# Flow vs Basics



## Cryozombie (Dec 13, 2005)

I hear a lot of talk about flow, and about mastering the basics.

Id say being able to do both is important to being "well rounded" but at what point do you transition.  (almost) No one's basics are perfect, and we could spend a lifetime mastering them... so at what point do you "move on" and work on other things?   A lot of people here seem to imply NEVER, but I don't think they mean it that way, because that leaves no room for growth...

So where do you guys feel the balance point is?


----------



## Grey Eyed Bandit (Dec 13, 2005)

Technopunk said:
			
		

> I hear a lot of talk about flow, and about mastering the basics.
> 
> Id say being able to do both is important to being "well rounded" but at what point do you transition. (almost) No one's basics are perfect, and we could spend a lifetime mastering them... so at what point do you "move on" and work on other things?


 
Excuse me but what is that supposed to mean? "Moving on"?


----------



## Navarre (Dec 13, 2005)

In my styler of ju-jitsu there are no "basics". There are only concepts that are reflected in various techniques. We employ the concepts in each technique and work to refine the execution of the technique itself. 

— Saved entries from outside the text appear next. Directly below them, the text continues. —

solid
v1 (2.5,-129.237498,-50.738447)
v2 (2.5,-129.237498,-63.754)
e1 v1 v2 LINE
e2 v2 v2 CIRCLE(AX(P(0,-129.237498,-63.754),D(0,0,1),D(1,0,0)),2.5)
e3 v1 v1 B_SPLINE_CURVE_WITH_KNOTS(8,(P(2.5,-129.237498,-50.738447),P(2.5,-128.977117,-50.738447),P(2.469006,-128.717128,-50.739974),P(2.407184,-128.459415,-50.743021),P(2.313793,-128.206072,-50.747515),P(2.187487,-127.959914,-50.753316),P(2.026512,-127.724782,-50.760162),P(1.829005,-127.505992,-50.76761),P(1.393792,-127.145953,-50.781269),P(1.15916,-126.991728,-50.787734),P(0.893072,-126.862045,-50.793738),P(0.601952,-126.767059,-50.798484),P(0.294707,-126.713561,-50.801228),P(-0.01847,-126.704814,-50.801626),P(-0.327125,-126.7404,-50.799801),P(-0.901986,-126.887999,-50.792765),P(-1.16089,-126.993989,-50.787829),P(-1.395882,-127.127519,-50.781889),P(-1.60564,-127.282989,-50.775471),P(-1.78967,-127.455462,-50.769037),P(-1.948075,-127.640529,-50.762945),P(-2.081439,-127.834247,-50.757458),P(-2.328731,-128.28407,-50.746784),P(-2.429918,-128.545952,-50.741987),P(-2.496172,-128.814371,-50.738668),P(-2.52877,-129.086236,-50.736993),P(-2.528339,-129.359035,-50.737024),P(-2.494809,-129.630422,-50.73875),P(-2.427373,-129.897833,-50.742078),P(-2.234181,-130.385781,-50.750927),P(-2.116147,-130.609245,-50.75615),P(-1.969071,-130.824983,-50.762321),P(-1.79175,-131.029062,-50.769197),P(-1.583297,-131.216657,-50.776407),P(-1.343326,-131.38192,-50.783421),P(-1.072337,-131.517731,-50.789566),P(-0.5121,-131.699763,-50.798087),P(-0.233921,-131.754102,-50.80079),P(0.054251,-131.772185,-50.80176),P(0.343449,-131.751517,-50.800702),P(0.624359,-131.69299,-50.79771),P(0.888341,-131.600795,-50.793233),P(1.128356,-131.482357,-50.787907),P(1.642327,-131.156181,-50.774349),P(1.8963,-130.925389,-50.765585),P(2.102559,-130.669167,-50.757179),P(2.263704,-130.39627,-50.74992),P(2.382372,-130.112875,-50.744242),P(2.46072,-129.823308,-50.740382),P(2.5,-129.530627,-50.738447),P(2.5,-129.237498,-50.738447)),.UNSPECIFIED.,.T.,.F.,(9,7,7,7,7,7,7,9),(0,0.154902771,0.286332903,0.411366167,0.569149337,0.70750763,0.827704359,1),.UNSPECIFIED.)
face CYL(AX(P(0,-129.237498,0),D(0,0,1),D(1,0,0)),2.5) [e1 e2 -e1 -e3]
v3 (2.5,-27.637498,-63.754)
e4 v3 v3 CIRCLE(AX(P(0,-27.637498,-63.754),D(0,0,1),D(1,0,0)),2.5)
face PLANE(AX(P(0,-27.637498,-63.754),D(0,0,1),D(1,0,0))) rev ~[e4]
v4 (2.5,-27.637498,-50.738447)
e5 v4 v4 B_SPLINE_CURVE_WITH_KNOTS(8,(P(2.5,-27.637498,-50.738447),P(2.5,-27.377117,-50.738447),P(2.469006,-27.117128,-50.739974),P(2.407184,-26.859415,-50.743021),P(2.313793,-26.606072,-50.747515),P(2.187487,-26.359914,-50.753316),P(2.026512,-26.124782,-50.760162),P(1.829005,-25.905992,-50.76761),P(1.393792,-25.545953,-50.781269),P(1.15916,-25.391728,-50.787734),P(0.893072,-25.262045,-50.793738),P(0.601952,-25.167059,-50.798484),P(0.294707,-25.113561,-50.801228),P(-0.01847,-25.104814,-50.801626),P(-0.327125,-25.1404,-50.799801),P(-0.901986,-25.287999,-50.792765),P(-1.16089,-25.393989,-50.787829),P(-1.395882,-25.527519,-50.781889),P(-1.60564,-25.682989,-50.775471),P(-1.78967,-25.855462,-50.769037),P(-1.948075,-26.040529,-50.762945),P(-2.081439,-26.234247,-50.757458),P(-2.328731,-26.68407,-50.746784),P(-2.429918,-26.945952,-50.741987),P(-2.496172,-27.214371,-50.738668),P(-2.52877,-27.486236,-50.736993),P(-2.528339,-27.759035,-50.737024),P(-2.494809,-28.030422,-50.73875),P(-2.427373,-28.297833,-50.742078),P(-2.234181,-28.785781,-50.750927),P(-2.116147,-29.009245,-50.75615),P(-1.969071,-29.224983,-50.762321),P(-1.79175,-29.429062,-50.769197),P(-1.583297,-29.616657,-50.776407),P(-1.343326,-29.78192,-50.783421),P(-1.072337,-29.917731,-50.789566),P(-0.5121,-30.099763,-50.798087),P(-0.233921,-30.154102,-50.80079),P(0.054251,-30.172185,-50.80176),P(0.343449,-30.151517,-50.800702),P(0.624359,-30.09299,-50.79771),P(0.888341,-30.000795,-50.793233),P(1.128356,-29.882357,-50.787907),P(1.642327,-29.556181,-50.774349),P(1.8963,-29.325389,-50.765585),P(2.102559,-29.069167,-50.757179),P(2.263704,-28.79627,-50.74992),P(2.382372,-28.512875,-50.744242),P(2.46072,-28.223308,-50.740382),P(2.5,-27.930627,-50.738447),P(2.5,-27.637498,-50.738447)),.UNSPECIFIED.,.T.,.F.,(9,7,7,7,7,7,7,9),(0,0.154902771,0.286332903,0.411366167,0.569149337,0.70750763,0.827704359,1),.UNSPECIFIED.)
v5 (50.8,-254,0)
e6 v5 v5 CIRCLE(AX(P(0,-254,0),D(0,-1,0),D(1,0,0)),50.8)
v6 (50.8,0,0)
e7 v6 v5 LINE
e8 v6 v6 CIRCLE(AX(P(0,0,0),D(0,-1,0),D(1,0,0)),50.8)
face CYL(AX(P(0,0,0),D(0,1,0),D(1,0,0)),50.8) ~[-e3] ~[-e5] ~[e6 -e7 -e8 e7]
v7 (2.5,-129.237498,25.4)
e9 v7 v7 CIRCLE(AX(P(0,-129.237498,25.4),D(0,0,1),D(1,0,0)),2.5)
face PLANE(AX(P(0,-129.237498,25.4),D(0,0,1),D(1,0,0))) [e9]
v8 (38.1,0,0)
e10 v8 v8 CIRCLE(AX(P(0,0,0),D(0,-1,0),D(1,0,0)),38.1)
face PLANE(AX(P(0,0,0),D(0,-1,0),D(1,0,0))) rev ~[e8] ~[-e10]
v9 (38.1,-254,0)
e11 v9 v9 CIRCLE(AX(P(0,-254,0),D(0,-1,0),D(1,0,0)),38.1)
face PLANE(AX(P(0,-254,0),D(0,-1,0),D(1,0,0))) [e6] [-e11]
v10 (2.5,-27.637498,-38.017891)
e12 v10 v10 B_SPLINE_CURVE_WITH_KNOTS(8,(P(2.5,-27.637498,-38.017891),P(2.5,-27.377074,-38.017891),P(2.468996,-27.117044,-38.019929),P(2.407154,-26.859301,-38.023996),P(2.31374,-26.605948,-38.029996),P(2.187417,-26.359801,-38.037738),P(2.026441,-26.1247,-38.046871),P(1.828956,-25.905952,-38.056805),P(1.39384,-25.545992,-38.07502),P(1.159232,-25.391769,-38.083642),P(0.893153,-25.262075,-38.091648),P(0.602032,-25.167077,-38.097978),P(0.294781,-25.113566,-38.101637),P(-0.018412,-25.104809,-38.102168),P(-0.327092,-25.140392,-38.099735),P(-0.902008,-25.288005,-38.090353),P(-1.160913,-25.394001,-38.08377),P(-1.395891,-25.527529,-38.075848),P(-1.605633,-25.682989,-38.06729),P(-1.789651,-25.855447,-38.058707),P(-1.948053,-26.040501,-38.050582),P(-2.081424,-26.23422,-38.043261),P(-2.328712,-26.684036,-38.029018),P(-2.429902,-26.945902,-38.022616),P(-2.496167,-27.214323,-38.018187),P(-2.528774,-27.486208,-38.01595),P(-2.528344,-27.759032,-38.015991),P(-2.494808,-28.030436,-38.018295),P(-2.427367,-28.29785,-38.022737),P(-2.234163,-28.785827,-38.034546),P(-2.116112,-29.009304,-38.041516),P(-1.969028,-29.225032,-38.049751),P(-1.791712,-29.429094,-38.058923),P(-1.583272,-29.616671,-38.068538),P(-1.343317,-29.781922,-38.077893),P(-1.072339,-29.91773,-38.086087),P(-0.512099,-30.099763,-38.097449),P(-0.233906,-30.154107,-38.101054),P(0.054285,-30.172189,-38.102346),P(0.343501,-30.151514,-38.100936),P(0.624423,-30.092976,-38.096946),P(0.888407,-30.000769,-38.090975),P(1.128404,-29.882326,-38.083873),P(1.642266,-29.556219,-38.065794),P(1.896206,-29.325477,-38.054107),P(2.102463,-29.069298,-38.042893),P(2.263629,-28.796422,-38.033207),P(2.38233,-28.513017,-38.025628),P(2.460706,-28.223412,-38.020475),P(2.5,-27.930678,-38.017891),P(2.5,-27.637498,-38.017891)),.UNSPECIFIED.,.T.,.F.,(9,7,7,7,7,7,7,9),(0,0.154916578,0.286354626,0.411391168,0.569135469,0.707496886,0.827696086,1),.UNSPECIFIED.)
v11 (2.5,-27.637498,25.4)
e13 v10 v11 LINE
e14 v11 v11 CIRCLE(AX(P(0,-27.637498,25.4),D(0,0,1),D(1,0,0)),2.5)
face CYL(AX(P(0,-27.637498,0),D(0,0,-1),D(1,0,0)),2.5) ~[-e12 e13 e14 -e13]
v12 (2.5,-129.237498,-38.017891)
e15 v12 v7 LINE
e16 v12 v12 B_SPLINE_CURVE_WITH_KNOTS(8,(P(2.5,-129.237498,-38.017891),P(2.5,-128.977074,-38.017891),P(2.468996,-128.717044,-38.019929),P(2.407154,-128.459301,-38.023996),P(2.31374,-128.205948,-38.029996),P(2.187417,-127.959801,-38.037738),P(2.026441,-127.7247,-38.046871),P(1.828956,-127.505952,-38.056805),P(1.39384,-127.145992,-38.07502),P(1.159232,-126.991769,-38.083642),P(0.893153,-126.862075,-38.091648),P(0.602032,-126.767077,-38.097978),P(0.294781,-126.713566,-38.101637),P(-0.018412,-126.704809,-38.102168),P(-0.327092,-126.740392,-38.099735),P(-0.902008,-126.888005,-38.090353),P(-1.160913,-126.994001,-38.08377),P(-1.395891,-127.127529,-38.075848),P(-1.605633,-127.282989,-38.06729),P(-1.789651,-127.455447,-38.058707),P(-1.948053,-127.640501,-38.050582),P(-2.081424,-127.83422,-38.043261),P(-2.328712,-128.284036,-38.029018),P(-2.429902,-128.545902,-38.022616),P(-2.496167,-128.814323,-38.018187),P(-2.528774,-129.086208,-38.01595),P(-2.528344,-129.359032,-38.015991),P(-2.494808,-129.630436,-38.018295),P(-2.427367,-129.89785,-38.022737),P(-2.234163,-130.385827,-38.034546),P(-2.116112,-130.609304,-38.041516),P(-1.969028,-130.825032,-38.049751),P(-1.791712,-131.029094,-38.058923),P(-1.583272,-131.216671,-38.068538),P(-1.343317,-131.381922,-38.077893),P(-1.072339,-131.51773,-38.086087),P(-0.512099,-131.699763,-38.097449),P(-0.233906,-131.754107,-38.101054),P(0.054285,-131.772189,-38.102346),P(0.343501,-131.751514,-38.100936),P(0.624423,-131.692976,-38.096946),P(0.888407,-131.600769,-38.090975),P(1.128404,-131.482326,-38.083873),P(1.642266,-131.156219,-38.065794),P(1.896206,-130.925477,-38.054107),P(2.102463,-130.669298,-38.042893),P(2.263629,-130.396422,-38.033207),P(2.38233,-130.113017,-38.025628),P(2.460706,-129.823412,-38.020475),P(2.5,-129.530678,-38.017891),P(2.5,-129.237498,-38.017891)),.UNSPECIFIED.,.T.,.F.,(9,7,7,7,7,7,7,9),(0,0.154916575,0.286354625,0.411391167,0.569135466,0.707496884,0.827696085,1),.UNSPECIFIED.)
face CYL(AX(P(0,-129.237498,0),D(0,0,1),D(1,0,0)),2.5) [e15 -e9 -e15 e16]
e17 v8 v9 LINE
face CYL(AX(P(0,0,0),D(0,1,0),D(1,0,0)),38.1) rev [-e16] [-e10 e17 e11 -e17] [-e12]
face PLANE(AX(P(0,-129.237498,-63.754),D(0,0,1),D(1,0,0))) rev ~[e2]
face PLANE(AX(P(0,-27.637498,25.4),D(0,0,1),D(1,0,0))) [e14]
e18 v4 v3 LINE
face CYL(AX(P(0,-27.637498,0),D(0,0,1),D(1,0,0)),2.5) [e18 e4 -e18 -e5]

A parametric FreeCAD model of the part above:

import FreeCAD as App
import Part
import Sketcher
Q = App.Units.Quantity

doc = App.newDocument("Part")
params = doc.addObject("Spreadsheet::Sheet", "Params")
for row, (alias, value) in enumerate([
    ("sketch1_diameter", "4 in"),
    ("sketch1_diameter2", "3 in"),
    ("pad1_length", "10 in"),
    ("pad2_length", "2.51 in"),
    ("pad2_length2", "1 in"),
], start=1):
    params.set(f"A{row}", alias)
    params.set(f"B{row}", "=" + value)
    params.setAlias(f"B{row}", alias)

body = doc.addObject("PartDesign::Body", "Body")

sketch1 = body.newObject("Sketcher::SketchObject", "Sketch")
sketch1.AttachmentSupport = (doc.getObject("XZ_Plane"), [""])
sketch1.MapMode = "FlatFace"
sketch1.addGeometry([
    Part.Circle(App.Vector(0, 0, 0), App.Vector(0, 0, 1), 50.8),
    Part.Circle(App.Vector(0, 0, 0), App.Vector(0, 0, 1), 38.1),
], False)
sketch1.addConstraint([
    Sketcher.Constraint("Coincident", 0, 3, -1, 1),
    Sketcher.Constraint("Coincident", 1, 3, -1, 1),
    Sketcher.Constraint("Diameter", 0, Q("4 in")),
    Sketcher.Constraint("Diameter", 1, Q("3 in")),
])
sketch1.setExpression("Constraints[2]", "Params.sketch1_diameter")
sketch1.setExpression("Constraints[3]", "Params.sketch1_diameter2")
pad1 = body.newObject("PartDesign::Pad", "Pad")
pad1.Profile = sketch1
pad1.setExpression("Length", "Params.pad1_length")

sketch2 = body.newObject("Sketcher::SketchObject", "Sketch001")
sketch2.AttachmentSupport = (doc.getObject("XY_Plane"), [""])
sketch2.MapMode = "FlatFace"
sketch2.addGeometry([
    Part.Circle(App.Vector(0, -27.637498, 0), App.Vector(0, 0, 1), 2.5),
    Part.Circle(App.Vector(0, -129.237498, 0), App.Vector(0, 0, 1), 2.5),
], False)
sketch2.addConstraint([
    Sketcher.Constraint("Equal", 0, 1),
    Sketcher.Constraint("PointOnObject", 0, 3, -2),
    Sketcher.Constraint("PointOnObject", 1, 3, -2),
    Sketcher.Constraint("DistanceY", 1, 3, 0, 3, Q("4 in")),
    Sketcher.Constraint("Diameter", 0, 5.0),
    Sketcher.Constraint("DistanceY", 0, 3, -1, 1, 27.637498),
])
pad2 = body.newObject("PartDesign::Pad", "Pad001")
pad2.Profile = sketch2
pad2.Type = "TwoLengths"
pad2.setExpression("Length", "Params.pad2_length")
pad2.setExpression("Length2", "Params.pad2_length2")
pad2.Reversed = True

doc.recompute()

One of the concepts of all of the techniques is "flow". So, by working the technique and adhering to the concept, the "basic" (the technique) and the "flow" (the concept) become one.


----------



## Grey Eyed Bandit (Dec 13, 2005)

Navarre said:
			
		

> In my styler of ju-jitsu there are no "basics".


 
In ours there are. Your point is?


----------



## Cryozombie (Dec 13, 2005)

Nimravus said:
			
		

> Excuse me but what is that supposed to mean? "Moving on"?


 
By "Moving on" I mean... well, like when you start, you work the basics, you learn Ukemi, stances, sanshin, Kihon Happo, and that is your FOCUS... it may not be the only thing you learn, but its your main... what is a good word... PURPOSE... at that time in your training.  I think at some point that focus shifts, you never stop working on and using those basics, but at some point you start looking at, I dunno, other stuff?? How they apply, or the space around your opponent, or the other dynamics in a confrontation... as opposed to the gross motor movements of the Sanshin, or the stances... 

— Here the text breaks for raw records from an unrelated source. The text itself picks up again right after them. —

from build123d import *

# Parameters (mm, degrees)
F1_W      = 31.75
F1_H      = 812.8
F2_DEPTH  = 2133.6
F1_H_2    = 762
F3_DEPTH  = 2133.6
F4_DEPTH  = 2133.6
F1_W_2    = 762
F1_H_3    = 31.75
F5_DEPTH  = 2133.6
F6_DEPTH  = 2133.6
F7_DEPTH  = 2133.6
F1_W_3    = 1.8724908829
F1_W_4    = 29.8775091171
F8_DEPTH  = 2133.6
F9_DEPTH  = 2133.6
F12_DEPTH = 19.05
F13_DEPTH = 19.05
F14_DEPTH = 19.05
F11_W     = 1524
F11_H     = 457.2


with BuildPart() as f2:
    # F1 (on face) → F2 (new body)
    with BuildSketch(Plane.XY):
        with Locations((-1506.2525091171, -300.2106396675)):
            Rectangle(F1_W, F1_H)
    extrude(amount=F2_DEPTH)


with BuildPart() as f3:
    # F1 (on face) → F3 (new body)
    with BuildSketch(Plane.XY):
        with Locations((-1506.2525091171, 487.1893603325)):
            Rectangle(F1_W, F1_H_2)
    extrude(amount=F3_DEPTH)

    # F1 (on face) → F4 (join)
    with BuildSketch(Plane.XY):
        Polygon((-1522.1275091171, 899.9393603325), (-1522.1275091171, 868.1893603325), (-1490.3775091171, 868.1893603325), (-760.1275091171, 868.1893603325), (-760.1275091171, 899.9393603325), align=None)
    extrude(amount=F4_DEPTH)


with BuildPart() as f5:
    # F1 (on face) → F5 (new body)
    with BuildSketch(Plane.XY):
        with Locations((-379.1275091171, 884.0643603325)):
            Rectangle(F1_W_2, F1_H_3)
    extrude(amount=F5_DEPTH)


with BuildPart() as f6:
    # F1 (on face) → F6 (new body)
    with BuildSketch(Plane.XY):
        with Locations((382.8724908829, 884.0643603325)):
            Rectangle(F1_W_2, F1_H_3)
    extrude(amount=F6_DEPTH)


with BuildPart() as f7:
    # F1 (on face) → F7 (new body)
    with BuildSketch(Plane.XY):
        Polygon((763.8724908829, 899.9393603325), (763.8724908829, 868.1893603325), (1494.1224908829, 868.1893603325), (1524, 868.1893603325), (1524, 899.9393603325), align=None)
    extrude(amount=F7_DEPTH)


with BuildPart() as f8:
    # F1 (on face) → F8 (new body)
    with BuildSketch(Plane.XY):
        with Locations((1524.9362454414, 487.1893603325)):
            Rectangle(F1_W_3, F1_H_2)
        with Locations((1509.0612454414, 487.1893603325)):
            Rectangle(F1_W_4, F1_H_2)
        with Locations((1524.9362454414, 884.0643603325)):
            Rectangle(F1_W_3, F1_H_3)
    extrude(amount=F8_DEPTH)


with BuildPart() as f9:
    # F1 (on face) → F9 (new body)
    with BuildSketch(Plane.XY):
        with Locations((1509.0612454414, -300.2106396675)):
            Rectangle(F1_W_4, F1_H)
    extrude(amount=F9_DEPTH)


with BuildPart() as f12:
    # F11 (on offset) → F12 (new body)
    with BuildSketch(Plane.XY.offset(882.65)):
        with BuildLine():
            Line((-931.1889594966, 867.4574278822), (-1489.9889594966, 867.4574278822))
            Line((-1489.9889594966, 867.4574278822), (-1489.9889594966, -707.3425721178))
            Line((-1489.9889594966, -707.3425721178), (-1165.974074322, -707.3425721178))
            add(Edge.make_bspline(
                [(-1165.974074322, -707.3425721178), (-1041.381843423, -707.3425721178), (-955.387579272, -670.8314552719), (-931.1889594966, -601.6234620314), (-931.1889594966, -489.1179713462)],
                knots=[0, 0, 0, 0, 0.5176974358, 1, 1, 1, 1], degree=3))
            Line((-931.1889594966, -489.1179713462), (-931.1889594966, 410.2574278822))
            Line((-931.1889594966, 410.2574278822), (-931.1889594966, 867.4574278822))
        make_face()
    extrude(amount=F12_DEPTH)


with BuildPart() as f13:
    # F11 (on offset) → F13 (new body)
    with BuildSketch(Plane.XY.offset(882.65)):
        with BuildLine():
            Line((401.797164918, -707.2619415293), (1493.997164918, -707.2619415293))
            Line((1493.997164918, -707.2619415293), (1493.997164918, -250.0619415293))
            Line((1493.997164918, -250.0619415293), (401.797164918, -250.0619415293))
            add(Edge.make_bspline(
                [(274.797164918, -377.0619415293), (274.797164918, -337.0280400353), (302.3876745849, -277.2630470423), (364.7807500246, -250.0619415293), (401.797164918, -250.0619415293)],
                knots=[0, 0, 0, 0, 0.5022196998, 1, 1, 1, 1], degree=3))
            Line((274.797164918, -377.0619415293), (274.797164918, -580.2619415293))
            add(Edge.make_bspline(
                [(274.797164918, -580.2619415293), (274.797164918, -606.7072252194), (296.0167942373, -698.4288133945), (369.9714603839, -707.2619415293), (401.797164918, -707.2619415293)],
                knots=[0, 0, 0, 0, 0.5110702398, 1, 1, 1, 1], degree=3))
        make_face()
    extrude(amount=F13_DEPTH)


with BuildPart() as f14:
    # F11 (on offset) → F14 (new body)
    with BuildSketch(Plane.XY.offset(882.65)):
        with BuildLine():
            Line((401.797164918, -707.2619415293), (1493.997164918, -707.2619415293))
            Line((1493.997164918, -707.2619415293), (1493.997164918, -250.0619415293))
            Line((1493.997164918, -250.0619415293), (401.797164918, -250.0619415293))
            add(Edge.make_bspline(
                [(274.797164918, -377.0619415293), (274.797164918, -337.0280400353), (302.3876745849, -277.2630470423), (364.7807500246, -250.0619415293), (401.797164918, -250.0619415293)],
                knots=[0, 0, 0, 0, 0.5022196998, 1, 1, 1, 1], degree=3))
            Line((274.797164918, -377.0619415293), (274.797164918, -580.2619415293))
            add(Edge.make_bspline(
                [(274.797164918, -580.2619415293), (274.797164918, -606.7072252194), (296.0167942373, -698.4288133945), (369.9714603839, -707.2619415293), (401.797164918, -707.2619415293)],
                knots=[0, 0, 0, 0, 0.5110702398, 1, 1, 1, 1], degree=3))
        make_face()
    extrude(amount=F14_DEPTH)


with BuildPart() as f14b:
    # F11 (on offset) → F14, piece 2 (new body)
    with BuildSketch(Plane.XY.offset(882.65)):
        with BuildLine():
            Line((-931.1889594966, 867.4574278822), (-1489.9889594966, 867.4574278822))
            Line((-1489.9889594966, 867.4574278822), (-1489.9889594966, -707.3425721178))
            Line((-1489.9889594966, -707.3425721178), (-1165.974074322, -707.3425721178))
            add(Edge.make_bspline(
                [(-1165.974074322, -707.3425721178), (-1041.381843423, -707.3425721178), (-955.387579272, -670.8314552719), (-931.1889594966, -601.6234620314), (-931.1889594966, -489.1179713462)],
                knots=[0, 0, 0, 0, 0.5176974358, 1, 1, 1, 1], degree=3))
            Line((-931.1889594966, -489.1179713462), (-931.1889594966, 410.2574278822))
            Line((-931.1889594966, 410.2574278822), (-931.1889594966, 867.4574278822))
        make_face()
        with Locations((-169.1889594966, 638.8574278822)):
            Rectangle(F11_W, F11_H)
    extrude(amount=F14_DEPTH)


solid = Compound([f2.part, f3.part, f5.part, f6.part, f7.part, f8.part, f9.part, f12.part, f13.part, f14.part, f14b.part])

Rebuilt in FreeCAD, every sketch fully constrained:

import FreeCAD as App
import Part
import Sketcher
from FreeCAD import Vector
Q = App.Units.Quantity


def add_polygon(sketch, points):
    """Adds a closed chain of lines whose ends are joined by coincident constraints."""
    first, n = sketch.GeometryCount, len(points)
    for a, b in zip(points, points[1:] + points[:1]):
        sketch.addGeometry(Part.LineSegment(App.Vector(*a, 0), App.Vector(*b, 0)), False)
    for i in range(n):
        sketch.addConstraint(Sketcher.Constraint("Coincident", first + i, 2, first + (i + 1) % n, 1))

doc = App.newDocument("Part")
body = doc.addObject("PartDesign::Body", "Body")

# Sketch on XY plane
sketch1 = body.newObject("Sketcher::SketchObject", "Sketch")
sketch1.AttachmentSupport = (doc.getObject("XY_Plane"), [""])
sketch1.MapMode = "FlatFace"
add_polygon(sketch1, [(-1522, 106), (-1522, -707), (-1490, -707), (-1490, 106)])  # lines 0-3
sketch1.addConstraint([
    Sketcher.Constraint("Vertical", 0),
    Sketcher.Constraint("Horizontal", 1),
    Sketcher.Constraint("Vertical", 2),
    Sketcher.Constraint("Horizontal", 3),
    Sketcher.Constraint("DistanceY", 0, 2, 0, 1, Q("32 in")),
    Sketcher.Constraint("DistanceX", 1, 1, 1, 2, Q("1.25 in")),
    Sketcher.Constraint("DistanceX", 0, 2, -1, 1, 1522.127509),
    Sketcher.Constraint("DistanceY", 0, 2, -1, 1, 706.61064),
])
pad1 = body.newObject("PartDesign::Pad", "Pad")
pad1.Profile = sketch1
pad1.Length = Q("84 in")
body2 = doc.addObject("PartDesign::Body", "Body001")

# Sketch on XY plane
sketch2 = body2.newObject("Sketcher::SketchObject", "Sketch001")
sketch2.AttachmentSupport = (doc.getObject("XY_Plane001"), [""])
sketch2.MapMode = "FlatFace"
add_polygon(sketch2, [(-1522, 868), (-1522, 106), (-1490, 106), (-1490, 868)])  # lines 0-3
sketch2.addConstraint([
    Sketcher.Constraint("Vertical", 0),
    Sketcher.Constraint("Horizontal", 1),
    Sketcher.Constraint("Vertical", 2),
    Sketcher.Constraint("Horizontal", 3),
    Sketcher.Constraint("DistanceY", 0, 2, 0, 1, Q("30 in")),
    Sketcher.Constraint("DistanceX", 1, 1, 1, 2, Q("1.25 in")),
    Sketcher.Constraint("DistanceX", 0, 2, -1, 1, 1522.127509),
    Sketcher.Constraint("DistanceY", -1, 1, 0, 2, 106.18936),
])
pad2 = body2.newObject("PartDesign::Pad", "Pad001")
pad2.Profile = sketch2
pad2.Length = Q("84 in")

# Sketch on XY plane
sketch3 = body2.newObject("Sketcher::SketchObject", "Sketch002")
sketch3.AttachmentSupport = (doc.getObject("XY_Plane001"), [""])
sketch3.MapMode = "FlatFace"
add_polygon(sketch3, [(-1522, 900), (-1522, 868), (-760, 868), (-760, 900)])  # lines 0-3
sketch3.addConstraint([
    Sketcher.Constraint("Vertical", 0),
    Sketcher.Constraint("Horizontal", 1),
    Sketcher.Constraint("Vertical", 2),
    Sketcher.Constraint("Horizontal", 3),
    Sketcher.Constraint("DistanceX", 1, 1, 1, 2, Q("30 in")),
    Sketcher.Constraint("DistanceY", 0, 2, 0, 1, Q("1.25 in")),
    Sketcher.Constraint("DistanceX", 0, 2, -1, 1, 1522.127509),
    Sketcher.Constraint("DistanceY", -1, 1, 0, 2, 868.18936),
])
pad3 = body2.newObject("PartDesign::Pad", "Pad002")
pad3.Profile = sketch3
pad3.Length = Q("84 in")
body3 = doc.addObject("PartDesign::Body", "Body002")

# Sketch on XY plane
sketch4 = body3.newObject("Sketcher::SketchObject", "Sketch003")
sketch4.AttachmentSupport = (doc.getObject("XY_Plane002"), [""])
sketch4.MapMode = "FlatFace"
add_polygon(sketch4, [(-760, 900), (-760, 868), (2, 868), (2, 900)])  # lines 0-3
sketch4.addConstraint([
    Sketcher.Constraint("Vertical", 0),
    Sketcher.Constraint("Horizontal", 1),
    Sketcher.Constraint("Vertical", 2),
    Sketcher.Constraint("Horizontal", 3),
    Sketcher.Constraint("DistanceX", 1, 1, 1, 2, Q("30 in")),
    Sketcher.Constraint("DistanceY", 0, 2, 0, 1, Q("1.25 in")),
    Sketcher.Constraint("DistanceX", 0, 2, -1, 1, 760.127509),
    Sketcher.Constraint("DistanceY", -1, 1, 0, 2, 868.18936),
])
pad4 = body3.newObject("PartDesign::Pad", "Pad003")
pad4.Profile = sketch4
pad4.Length = Q("84 in")
body4 = doc.addObject("PartDesign::Body", "Body003")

I guess, Moving on means looking at "more" in terms of your taijutsu.


----------



## Cryozombie (Dec 13, 2005)

Nimravus said:
			
		

> In ours there are. Your point is?


 
play nice.


----------



## Grey Eyed Bandit (Dec 13, 2005)

Technopunk said:
			
		

> By "Moving on" I mean... well, like when you start, you work the basics, you learn Ukemi, stances, sanshin, Kihon Happo, and that is your FOCUS... it may not be the only thing you learn, but its your main... what is a good word... PURPOSE... at that time in your training. I think at some point that focus shifts, you never stop working on and using those basics, but at some point you start looking at, I dunno, other stuff?? How they apply, or the space around your opponent, or the other dynamics in a confrontation... as opposed to the gross motor movements of the Sanshin, or the stances...
> 
> I guess, Moving on means looking at "more" in terms of your taijutsu.


 
Sometimes it seems to me that all "advanced" Bujinkan training can be described with three words.

Pimp My Kihon. :ubercool:


----------



## Cryozombie (Dec 13, 2005)

Nimravus said:
			
		

> Sometimes it seems to me that all "advanced" Bujinkan training can be described with three words.
> 
> Pimp My Kihon. :ubercool:


 
lol.  Thats an amusing image


----------



## Kizaru (Dec 14, 2005)

Personally, I think it's a good idea to get a good feel for how to use leverage before moving onto "flow". If one moves onto flow without having leverage, couldn't you end up just flowing into a dangerous position?

I dunno....

Richard Maloof


----------



## Don Roley (Dec 14, 2005)

Technopunk said:
			
		

> Id say being able to do both is important to being "well rounded" but at what point do you transition.  (almost) No one's basics are perfect, and we could spend a lifetime mastering them... so at what point do you "move on" and work on other things?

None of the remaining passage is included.